Overview
Precision Content Moderation: This document outlines an interactive content moderation workflow designed to identify and analyze online slurs. Reviewers evaluate flagged social media posts using a color-coded interface to classify phrases as harmful, neutral, or supportive. By selecting specific words and rating severity on a ten-point scale, the system refines its detection accuracy and prioritizes high-risk content for remediation.

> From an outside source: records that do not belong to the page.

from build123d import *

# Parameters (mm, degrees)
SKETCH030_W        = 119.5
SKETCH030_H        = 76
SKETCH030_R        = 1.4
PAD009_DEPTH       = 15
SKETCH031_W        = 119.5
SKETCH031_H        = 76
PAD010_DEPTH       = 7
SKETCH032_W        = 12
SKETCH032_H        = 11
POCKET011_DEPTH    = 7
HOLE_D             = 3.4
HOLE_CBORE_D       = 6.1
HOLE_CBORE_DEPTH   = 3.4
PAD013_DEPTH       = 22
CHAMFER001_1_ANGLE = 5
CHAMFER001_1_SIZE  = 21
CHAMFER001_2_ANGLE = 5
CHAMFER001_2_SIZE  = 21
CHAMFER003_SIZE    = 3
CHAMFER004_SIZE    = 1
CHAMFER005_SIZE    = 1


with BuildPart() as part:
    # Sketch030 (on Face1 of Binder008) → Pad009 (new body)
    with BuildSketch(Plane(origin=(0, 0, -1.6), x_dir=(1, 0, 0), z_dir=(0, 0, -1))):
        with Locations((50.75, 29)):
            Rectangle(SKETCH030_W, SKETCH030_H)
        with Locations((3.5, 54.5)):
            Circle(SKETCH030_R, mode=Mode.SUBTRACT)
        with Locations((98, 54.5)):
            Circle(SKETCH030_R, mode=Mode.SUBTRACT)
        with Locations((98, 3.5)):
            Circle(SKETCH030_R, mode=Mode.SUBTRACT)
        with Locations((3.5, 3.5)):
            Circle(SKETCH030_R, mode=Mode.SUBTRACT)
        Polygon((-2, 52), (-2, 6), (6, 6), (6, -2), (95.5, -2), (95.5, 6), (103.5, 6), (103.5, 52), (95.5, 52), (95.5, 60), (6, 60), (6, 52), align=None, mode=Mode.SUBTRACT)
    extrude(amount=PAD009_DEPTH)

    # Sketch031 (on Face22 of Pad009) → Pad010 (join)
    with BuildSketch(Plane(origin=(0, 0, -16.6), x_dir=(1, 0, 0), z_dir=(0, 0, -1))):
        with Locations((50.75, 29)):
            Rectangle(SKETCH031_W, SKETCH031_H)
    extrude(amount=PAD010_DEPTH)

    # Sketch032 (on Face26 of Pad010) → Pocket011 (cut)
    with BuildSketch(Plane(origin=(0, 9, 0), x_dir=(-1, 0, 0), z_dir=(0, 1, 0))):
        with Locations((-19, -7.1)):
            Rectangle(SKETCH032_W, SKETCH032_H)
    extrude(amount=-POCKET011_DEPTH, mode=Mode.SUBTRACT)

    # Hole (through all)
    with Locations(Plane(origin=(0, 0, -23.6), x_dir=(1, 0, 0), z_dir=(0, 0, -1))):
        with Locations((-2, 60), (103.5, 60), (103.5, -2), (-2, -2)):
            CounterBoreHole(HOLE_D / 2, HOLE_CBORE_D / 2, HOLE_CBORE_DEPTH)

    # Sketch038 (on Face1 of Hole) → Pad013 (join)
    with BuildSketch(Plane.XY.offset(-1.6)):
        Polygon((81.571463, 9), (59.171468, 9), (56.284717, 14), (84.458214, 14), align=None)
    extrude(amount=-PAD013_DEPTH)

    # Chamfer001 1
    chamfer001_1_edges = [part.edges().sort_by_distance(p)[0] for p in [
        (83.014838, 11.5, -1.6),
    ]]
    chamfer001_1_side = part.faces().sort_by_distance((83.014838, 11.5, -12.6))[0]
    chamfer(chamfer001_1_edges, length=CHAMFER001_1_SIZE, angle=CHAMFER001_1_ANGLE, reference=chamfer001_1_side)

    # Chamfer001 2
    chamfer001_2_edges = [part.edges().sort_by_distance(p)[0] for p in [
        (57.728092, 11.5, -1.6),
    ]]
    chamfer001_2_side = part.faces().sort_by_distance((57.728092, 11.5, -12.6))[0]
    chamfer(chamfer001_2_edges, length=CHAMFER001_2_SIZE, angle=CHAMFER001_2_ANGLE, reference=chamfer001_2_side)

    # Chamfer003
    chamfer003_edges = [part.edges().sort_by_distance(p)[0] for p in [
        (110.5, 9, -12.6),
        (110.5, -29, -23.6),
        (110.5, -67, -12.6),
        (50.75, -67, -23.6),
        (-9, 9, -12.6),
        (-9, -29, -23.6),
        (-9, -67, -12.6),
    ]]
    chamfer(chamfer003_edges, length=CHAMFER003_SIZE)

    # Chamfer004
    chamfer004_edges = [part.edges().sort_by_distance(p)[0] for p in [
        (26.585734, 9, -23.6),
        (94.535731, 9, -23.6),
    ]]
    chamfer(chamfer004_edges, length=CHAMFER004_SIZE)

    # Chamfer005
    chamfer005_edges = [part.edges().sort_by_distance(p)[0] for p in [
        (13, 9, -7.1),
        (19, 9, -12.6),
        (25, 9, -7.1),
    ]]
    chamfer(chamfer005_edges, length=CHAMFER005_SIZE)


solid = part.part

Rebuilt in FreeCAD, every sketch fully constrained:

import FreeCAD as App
import Part
import Sketcher
Q = App.Units.Quantity


def edges_at(feature, points):
    """Names of the edges that pass closest to the given points."""
    edges = feature.Shape.Edges
    near = lambda p: min(range(len(edges)), key=lambda i: edges[i].distToShape(Part.Vertex(*p))[0])
    return sorted({f"Edge{near(p) + 1}" for p in points})

doc = App.newDocument("Part")
body = doc.addObject("PartDesign::Body", "Body")

# Sketch on XY plane
sketch1 = body.newObject("Sketcher::SketchObject", "Sketch")
sketch1.AttachmentSupport = (doc.getObject("XY_Plane"), [""])
sketch1.MapMode = "FlatFace"
sketch1.AttachmentOffset = App.Placement(App.Vector(0, 0, -1.6), App.Rotation())
sketch1.addGeometry(Part.LineSegment(App.Vector(-9, -67, 0), App.Vector(-9, 9, 0)), False)
sketch1.addGeometry(Part.LineSegment(App.Vector(-9, 9, 0), App.Vector(110.5, 9, 0)), False)
sketch1.addGeometry(Part.LineSegment(App.Vector(110.5, 9, 0), App.Vector(110.5, -67, 0)), False)
sketch1.addGeometry(Part.LineSegment(App.Vector(110.5, -67, 0), App.Vector(-9, -67, 0)), False)
sketch1.addGeometry(Part.Circle(App.Vector(3.5, -3.5, 0), App.Vector(0, 0, 1), 1.4), False)
sketch1.addGeometry(Part.Circle(App.Vector(98, -3.5, 0), App.Vector(0, 0, 1), 1.4), False)
sketch1.addGeometry(Part.Circle(App.Vector(3.5, -54.5, 0), App.Vector(0, 0, 1), 1.4), False)
sketch1.addGeometry(Part.LineSegment(App.Vector(-2, -6, 0), App.Vector(-2, -52, 0)), False)
sketch1.addGeometry(Part.LineSegment(App.Vector(-2, -52, 0), App.Vector(6, -52, 0)), False)
sketch1.addGeometry(Part.LineSegment(App.Vector(6, -52, 0), App.Vector(6, -60, 0)), False)
sketch1.addGeometry(Part.LineSegment(App.Vector(6, -60, 0), App.Vector(95.5, -60, 0)), False)
sketch1.addGeometry(Part.LineSegment(App.Vector(95.5, -60, 0), App.Vector(95.5, -52, 0)), False)
sketch1.addGeometry(Part.LineSegment(App.Vector(95.5, -52, 0), App.Vector(103.5, -52, 0)), False)
sketch1.addGeometry(Part.LineSegment(App.Vector(103.5, -52, 0), App.Vector(103.5, -6, 0)), False)
sketch1.addGeometry(Part.LineSegment(App.Vector(103.5, -6, 0), App.Vector(95.5, -6, 0)), False)
sketch1.addGeometry(Part.LineSegment(App.Vector(95.5, -6, 0), App.Vector(95.5, 2, 0)), False)
sketch1.addGeometry(Part.LineSegment(App.Vector(95.5, 2, 0), App.Vector(6, 2, 0)), False)
sketch1.addGeometry(Part.LineSegment(App.Vector(6, 2, 0), App.Vector(6, -6, 0)), False)
sketch1.addGeometry(Part.LineSegment(App.Vector(6, -6, 0), App.Vector(-2, -6, 0)), False)
sketch1.addGeometry(Part.Circle(App.Vector(98, -54.5, 0), App.Vector(0, 0, 1), 1.4), False)
sketch1.addConstraint(Sketcher.Constraint("Coincident", 0, 2, 1, 1))
sketch1.addConstraint(Sketcher.Constraint("Coincident", 1, 2, 2, 1))
sketch1.addConstraint(Sketcher.Constraint("Coincident", 2, 2, 3, 1))
sketch1.addConstraint(Sketcher.Constraint("Coincident", 3, 2, 0, 1))
sketch1.addConstraint(Sketcher.Constraint("Coincident", 7, 2, 8, 1))
sketch1.addConstraint(Sketcher.Constraint("Coincident", 8, 2, 9, 1))
sketch1.addConstraint(Sketcher.Constraint("Coincident", 9, 2, 10, 1))
sketch1.addConstraint(Sketcher.Constraint("Coincident", 10, 2, 11, 1))
sketch1.addConstraint(Sketcher.Constraint("Coincident", 11, 2, 12, 1))
sketch1.addConstraint(Sketcher.Constraint("Coincident", 12, 2, 13, 1))
sketch1.addConstraint(Sketcher.Constraint("Coincident", 13, 2, 14, 1))
sketch1.addConstraint(Sketcher.Constraint("Coincident", 14, 2, 15, 1))
sketch1.addConstraint(Sketcher.Constraint("Coincident", 15, 2, 16, 1))
sketch1.addConstraint(Sketcher.Constraint("Coincident", 16, 2, 17, 1))
sketch1.addConstraint(Sketcher.Constraint("Coincident", 17, 2, 18, 1))
sketch1.addConstraint(Sketcher.Constraint("Coincident", 18, 2, 7, 1))
sketch1.addConstraint(Sketcher.Constraint("Vertical", 0))
sketch1.addConstraint(Sketcher.Constraint("Horizontal", 1))
sketch1.addConstraint(Sketcher.Constraint("Vertical", 2))
sketch1.addConstraint(Sketcher.Constraint("Horizontal", 3))
sketch1.addConstraint(Sketcher.Constraint("Vertical", 7))
sketch1.addConstraint(Sketcher.Constraint("Horizontal", 8))
sketch1.addConstraint(Sketcher.Constraint("Vertical", 9))
sketch1.addConstraint(Sketcher.Constraint("Horizontal", 10))
sketch1.addConstraint(Sketcher.Constraint("Vertical", 11))
sketch1.addConstraint(Sketcher.Constraint("Horizontal", 12))
sketch1.addConstraint(Sketcher.Constraint("Vertical", 13))
sketch1.addConstraint(Sketcher.Constraint("Horizontal", 14))
sketch1.addConstraint(Sketcher.Constraint("Vertical", 15))
sketch1.addConstraint(Sketcher.Constraint("Horizontal", 16))
sketch1.addConstraint(Sketcher.Constraint("Vertical", 17))
sketch1.addConstraint(Sketcher.Constraint("Horizontal", 18))
sketch1.addConstraint(Sketcher.Constraint("Equal", 4, 5))
sketch1.addConstraint(Sketcher.Constraint("Equal", 5, 6))
sketch1.addConstraint(Sketcher.Constraint("Equal", 6, 19))
sketch1.addConstraint(Sketcher.Constraint("Horizontal", 4, 3, 5, 3))
sketch1.addConstraint(Sketcher.Constraint("Horizontal", 6, 3, 19, 3))
sketch1.addConstraint(Sketcher.Constraint("Horizontal", 8, 2, 11, 2))
sketch1.addConstraint(Sketcher.Constraint("Horizontal", 14, 2, 17, 2))
sketch1.addConstraint(Sketcher.Constraint("Vertical", 4, 3, 6, 3))
sketch1.addConstraint(Sketcher.Constraint("Vertical", 5, 3, 19, 3))
sketch1.addConstraint(Sketcher.Constraint("Vertical", 11, 2, 14, 2))
sketch1.addConstraint(Sketcher.Constraint("Vertical", 9, 2, 16, 2))
sketch1.addConstraint(Sketcher.Constraint("Equal", 8, 12))
sketch1.addConstraint(Sketcher.Constraint("Equal", 18, 9))
sketch1.addConstraint(Sketcher.Constraint("Equal", 11, 15))
sketch1.addConstraint(Sketcher.Constraint("Diameter", 4, 2.8))
sketch1.addConstraint(Sketcher.Constraint("DistanceX", 8, 1, 8, 2, 8.0))
sketch1.addConstraint(Sketcher.Constraint("DistanceY", 0, 1, 0, 2, 76.0))
sketch1.addConstraint(Sketcher.Constraint("DistanceY", 7, 2, 7, 1, 46.0))
sketch1.addConstraint(Sketcher.Constraint("DistanceX", 1, 1, 1, 2, 119.5))
sketch1.addConstraint(Sketcher.Constraint("DistanceX", 10, 1, 10, 2, 89.5))
sketch1.addConstraint(Sketcher.Constraint("DistanceX", -1, 1, 5, 3, 98.0))
sketch1.addConstraint(Sketcher.Constraint("DistanceX", 0, 2, -1, 1, 9.0))
sketch1.addConstraint(Sketcher.Constraint("DistanceY", -1, 1, 0, 2, 9.0))
sketch1.addConstraint(Sketcher.Constraint("DistanceX", 7, 2, -1, 1, 2.0))
sketch1.addConstraint(Sketcher.Constraint("DistanceY", 7, 2, -1, 1, 52.0))
sketch1.addConstraint(Sketcher.Constraint("DistanceY", 6, 3, 4, 3, 51.0))
sketch1.addConstraint(Sketcher.Constraint("DistanceX", 4, 3, 1, 2, 107.0))
sketch1.addConstraint(Sketcher.Constraint("DistanceY", 4, 3, -1, 1, 3.5))
pad1 = body.newObject("PartDesign::Pad", "Pad")
pad1.Profile = sketch1
pad1.Length = 15
pad1.Reversed = True

# Sketch on XY plane
sketch2 = body.newObject("Sketcher::SketchObject", "Sketch001")
sketch2.AttachmentSupport = (doc.getObject("XY_Plane"), [""])
sketch2.MapMode = "FlatFace"
sketch2.AttachmentOffset = App.Placement(App.Vector(0, 0, -16.6), App.Rotation())
sketch2.addGeometry(Part.LineSegment(App.Vector(-9, -67, 0), App.Vector(-9, 9, 0)), False)
sketch2.addGeometry(Part.LineSegment(App.Vector(-9, 9, 0), App.Vector(110, 9, 0)), False)
sketch2.addGeometry(Part.LineSegment(App.Vector(110, 9, 0), App.Vector(110, -67, 0)), False)
sketch2.addGeometry(Part.LineSegment(App.Vector(110, -67, 0), App.Vector(-9, -67, 0)), False)
sketch2.addConstraint(Sketcher.Constraint("Coincident", 0, 2, 1, 1))
sketch2.addConstraint(Sketcher.Constraint("Coincident", 1, 2, 2, 1))
sketch2.addConstraint(Sketcher.Constraint("Coincident", 2, 2, 3, 1))
sketch2.addConstraint(Sketcher.Constraint("Coincident", 3, 2, 0, 1))
sketch2.addConstraint(Sketcher.Constraint("Vertical", 0))
sketch2.addConstraint(Sketcher.Constraint("Horizontal", 1))
sketch2.addConstraint(Sketcher.Constraint("Vertical", 2))
sketch2.addConstraint(Sketcher.Constraint("Horizontal", 3))
sketch2.addConstraint(Sketcher.Constraint("DistanceY", 0, 1, 0, 2, 76.0))
sketch2.addConstraint(Sketcher.Constraint("DistanceX", 1, 1, 1, 2, 119.5))
sketch2.addConstraint(Sketcher.Constraint("DistanceX", 0, 2, -1, 1, 9.0))
sketch2.addConstraint(Sketcher.Constraint("DistanceY", -1, 1, 0, 2, 9.0))
pad2 = body.newObject("PartDesign::Pad", "Pad001")
pad2.Profile = sketch2
pad2.Length = 7
pad2.Reversed = True

# Sketch on XZ plane
sketch3 = body.newObject("Sketcher::SketchObject", "Sketch002")
sketch3.AttachmentSupport = (doc.getObject("XZ_Plane"), [""])
sketch3.MapMode = "FlatFace"
sketch3.AttachmentOffset = App.Placement(App.Vector(0, 0, -9), App.Rotation())
sketch3.addGeometry(Part.LineSegment(App.Vector(25, -2, 0), App.Vector(25, -13, 0)), False)
sketch3.addGeometry(Part.LineSegment(App.Vector(25, -13, 0), App.Vector(13, -13, 0)), False)
sketch3.addGeometry(Part.LineSegment(App.Vector(13, -13, 0), App.Vector(13, -2, 0)), False)
sketch3.addGeometry(Part.LineSegment(App.Vector(13, -2, 0), App.Vector(25, -2, 0)), False)
sketch3.addConstraint(Sketcher.Constraint("Coincident", 0, 2, 1, 1))
sketch3.addConstraint(Sketcher.Constraint("Coincident", 1, 2, 2, 1))
sketch3.addConstraint(Sketcher.Constraint("Coincident", 2, 2, 3, 1))
sketch3.addConstraint(Sketcher.Constraint("Coincident", 3, 2, 0, 1))
sketch3.addConstraint(Sketcher.Constraint("Vertical", 0))
sketch3.addConstraint(Sketcher.Constraint("Horizontal", 1))
sketch3.addConstraint(Sketcher.Constraint("Vertical", 2))
sketch3.addConstraint(Sketcher.Constraint("Horizontal", 3))
sketch3.addConstraint(Sketcher.Constraint("DistanceX", 1, 2, 1, 1, 12.0))
sketch3.addConstraint(Sketcher.Constraint("DistanceY", 0, 2, 0, 1, 11.0))
sketch3.addConstraint(Sketcher.Constraint("DistanceX", -1, 1, 0, 2, 25.0))
sketch3.addConstraint(Sketcher.Constraint("DistanceY", 0, 2, -1, 1, 12.6))
pocket1 = body.newObject("PartDesign::Pocket", "Pocket")
pocket1.Profile = sketch3
pocket1.Length = 7
pocket1.Reversed = True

Closed-Loop Intervention: The operational architecture relies on a continuous loop of data scraping, human evaluation, and active intervention. After automated matching against pre-loaded slur databases, human reviewers validate the context. Finally, verified escalations are sent to remediators who execute direct outreach or corrective actions, creating a dynamic feedback system that adapts to evolving linguistic trends and online behaviors.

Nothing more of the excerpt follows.